In the Pandemic’s early days when we were in the haze of battle, our health care industry fought hard to provide a uniform standard of care, and this included certain additional payments for treating COVID patients. Sometimes this provided an incentive to classify patients with COVID when in fact their reason for seeking health care was not COVID.
As we move through this Pandemic and begin nearing the Endemic stage, we must adjust our financial systems back to pre-COVID, so our hospitals and medical providers may once again treat patients with measures best suited to their care and not encouraged by any financial payments.

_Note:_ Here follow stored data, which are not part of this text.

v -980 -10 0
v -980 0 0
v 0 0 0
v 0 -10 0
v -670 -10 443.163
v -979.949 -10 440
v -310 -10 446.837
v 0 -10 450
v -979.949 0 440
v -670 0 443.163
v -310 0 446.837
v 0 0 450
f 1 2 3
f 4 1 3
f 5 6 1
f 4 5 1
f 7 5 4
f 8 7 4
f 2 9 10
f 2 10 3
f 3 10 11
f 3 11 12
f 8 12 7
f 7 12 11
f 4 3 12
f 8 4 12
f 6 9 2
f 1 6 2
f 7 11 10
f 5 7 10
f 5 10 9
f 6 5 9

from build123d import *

# Parameters (mm, degrees)
F1_DEPTH = 10


with BuildPart() as f1:
    # F0 (on Front) → F1 (new body)
    with BuildSketch(Plane.XZ):
        Polygon((-979.948978, 439.999997), (-980, 0), (-670, 0), (-670, 443.162907), align=None)
        Polygon((-670, 443.162907), (-670, 0), (-310, 0), (-310, 446.836569), align=None)
        Polygon((-310, 446.836569), (-310, 0), (0, 0), (0, 450), align=None)
    extrude(amount=F1_DEPTH)


solid = f1.part
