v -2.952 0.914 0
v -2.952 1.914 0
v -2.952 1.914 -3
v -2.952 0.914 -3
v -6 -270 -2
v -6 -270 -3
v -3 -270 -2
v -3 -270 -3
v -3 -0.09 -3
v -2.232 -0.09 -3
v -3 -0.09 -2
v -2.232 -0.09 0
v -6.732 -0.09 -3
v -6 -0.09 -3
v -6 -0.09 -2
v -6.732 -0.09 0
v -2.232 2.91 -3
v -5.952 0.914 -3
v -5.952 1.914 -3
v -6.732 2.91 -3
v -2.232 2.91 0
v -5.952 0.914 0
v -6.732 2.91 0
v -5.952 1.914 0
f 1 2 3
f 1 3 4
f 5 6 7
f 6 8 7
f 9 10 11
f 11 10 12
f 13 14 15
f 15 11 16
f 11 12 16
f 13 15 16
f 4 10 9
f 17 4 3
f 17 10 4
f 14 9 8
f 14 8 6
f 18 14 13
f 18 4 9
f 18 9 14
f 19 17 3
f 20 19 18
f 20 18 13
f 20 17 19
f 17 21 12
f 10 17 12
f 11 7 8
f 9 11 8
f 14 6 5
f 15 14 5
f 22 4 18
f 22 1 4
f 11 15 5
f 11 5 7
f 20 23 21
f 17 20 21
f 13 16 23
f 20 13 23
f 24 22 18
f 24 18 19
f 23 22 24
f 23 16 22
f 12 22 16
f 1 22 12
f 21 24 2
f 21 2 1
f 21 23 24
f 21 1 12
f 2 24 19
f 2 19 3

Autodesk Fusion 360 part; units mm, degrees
sketch "Sketch1" plane through (0, 0, 0) normal (1, 0, 0) x (0, 0, -1)
  line L0 (0, -270) -> (0, 0)
  dimension "d15" = 270
sketch "Sketch2" plane through (0, 0, 0) normal (0, 1, 0) x (1, 0, 0)
  line L0 (-6, 3) -> (-3, 3)
  line L1 (-3, 3) -> (-3, 2)
  line L2 (-3, 2) -> (-6, 2)
  line L3 (-6, 2) -> (-6, 3)
  dimension "d1" = 1
  dimension "d2" = 3
sweep "Sweep1" add profiles "Sketch2" path "Sketch1" along L0 section 1
sketch "Sketch3" plane through (0, 0, 0) normal (0, 0, 1) x (1, 0, 0)
  line L0 (-6.7324, 2.9105) -> (-2.2324, 2.9105)
  line L1 (-2.2324, 2.9105) -> (-2.2324, -0.0895)
  line L2 (-2.2324, -0.0895) -> (-6.7324, -0.0895)
  line L3 (-6.7324, -0.0895) -> (-6.7324, 2.9105)
  line L4 (-5.9523, 1.9141) -> (-2.9523, 1.9141)
  line L5 (-2.9523, 1.9141) -> (-2.9523, 0.9141)
  line L6 (-2.9523, 0.9141) -> (-5.9523, 0.9141)
  line L7 (-5.9523, 0.9141) -> (-5.9523, 1.9141)
  dimension "d9" = 3
  dimension "d10" = 1
  dimension "d11" = 3
  dimension "d12" = 4.5
extrude "Extrude1" add sketch "Sketch3" against normal blind 3
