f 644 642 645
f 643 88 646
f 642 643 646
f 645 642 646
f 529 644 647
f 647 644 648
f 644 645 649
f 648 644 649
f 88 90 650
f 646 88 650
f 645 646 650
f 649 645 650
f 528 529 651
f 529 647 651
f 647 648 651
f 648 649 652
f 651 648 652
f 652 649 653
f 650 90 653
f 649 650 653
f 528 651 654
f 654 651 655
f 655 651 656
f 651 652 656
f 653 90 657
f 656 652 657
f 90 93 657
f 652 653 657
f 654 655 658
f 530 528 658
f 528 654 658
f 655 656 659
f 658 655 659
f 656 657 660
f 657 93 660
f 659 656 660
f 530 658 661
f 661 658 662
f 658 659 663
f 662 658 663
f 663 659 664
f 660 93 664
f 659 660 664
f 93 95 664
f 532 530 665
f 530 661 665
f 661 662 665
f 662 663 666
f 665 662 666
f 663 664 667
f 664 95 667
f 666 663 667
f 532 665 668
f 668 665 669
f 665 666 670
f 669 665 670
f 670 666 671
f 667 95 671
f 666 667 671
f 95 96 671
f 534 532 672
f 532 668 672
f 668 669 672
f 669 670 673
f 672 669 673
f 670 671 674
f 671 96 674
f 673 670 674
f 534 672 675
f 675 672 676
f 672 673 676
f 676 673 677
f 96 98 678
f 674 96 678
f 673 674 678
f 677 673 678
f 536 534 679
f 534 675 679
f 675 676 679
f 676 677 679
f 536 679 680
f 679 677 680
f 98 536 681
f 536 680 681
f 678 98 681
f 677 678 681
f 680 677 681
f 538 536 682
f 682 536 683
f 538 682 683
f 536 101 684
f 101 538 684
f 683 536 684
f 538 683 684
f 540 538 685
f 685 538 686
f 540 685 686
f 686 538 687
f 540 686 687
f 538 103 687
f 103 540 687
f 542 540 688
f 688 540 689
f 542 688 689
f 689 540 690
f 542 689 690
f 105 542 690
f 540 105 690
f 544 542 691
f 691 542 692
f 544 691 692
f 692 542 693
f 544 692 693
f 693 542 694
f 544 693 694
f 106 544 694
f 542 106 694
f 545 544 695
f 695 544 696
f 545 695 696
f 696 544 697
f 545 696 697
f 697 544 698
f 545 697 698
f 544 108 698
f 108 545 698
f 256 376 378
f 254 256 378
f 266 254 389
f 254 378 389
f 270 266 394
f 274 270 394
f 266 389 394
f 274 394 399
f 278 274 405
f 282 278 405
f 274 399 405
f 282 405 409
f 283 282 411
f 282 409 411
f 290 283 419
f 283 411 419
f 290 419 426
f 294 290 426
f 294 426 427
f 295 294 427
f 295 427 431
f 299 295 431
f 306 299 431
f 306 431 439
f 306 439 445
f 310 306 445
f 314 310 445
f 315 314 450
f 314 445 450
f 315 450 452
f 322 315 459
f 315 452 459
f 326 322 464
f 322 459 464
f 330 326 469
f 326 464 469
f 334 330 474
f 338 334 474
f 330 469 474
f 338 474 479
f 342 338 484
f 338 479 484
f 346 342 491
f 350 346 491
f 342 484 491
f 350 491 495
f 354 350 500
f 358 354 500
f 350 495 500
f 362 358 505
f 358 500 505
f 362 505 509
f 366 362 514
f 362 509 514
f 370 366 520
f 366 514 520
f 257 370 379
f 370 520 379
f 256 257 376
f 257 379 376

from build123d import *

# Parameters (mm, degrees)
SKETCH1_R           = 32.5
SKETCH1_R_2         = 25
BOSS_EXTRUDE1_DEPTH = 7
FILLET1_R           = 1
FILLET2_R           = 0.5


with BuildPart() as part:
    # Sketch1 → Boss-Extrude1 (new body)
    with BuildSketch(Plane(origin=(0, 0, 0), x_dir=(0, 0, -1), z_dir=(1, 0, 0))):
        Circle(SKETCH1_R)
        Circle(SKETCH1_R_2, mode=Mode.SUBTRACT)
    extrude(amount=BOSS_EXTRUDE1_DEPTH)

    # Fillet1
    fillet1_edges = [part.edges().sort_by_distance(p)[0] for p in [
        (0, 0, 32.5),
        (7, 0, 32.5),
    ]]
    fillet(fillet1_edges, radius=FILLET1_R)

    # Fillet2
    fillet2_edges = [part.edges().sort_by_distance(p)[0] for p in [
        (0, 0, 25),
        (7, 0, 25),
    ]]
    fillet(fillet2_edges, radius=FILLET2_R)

Going further, our health care system should be incentivized most of all to parallel the outcomes of their patients, rewarding those who achieve the best outcomes.
Tom A., Roswell
Here is what I submitted to Cincinnati Enquirer (100 word limit):
During the height of the pandemic, a bold, simple policy for hospital reimbursement was necessary. But with a majority now vaccinated, and the milder Omicron variant now dominant, state and federal hospital subsidies for Covid-19 treatment should be at least partially tied to patient outcomes. Hospitals deserve to be paid more for better outcomes and always paid the most if the patient lives. Conversely, there should never be a higher payout if the patient dies. Serious cases do require more work, but that doesn’t justify poorly conceived incentives. One option: revert to the reimbursement policies already in place for influenza.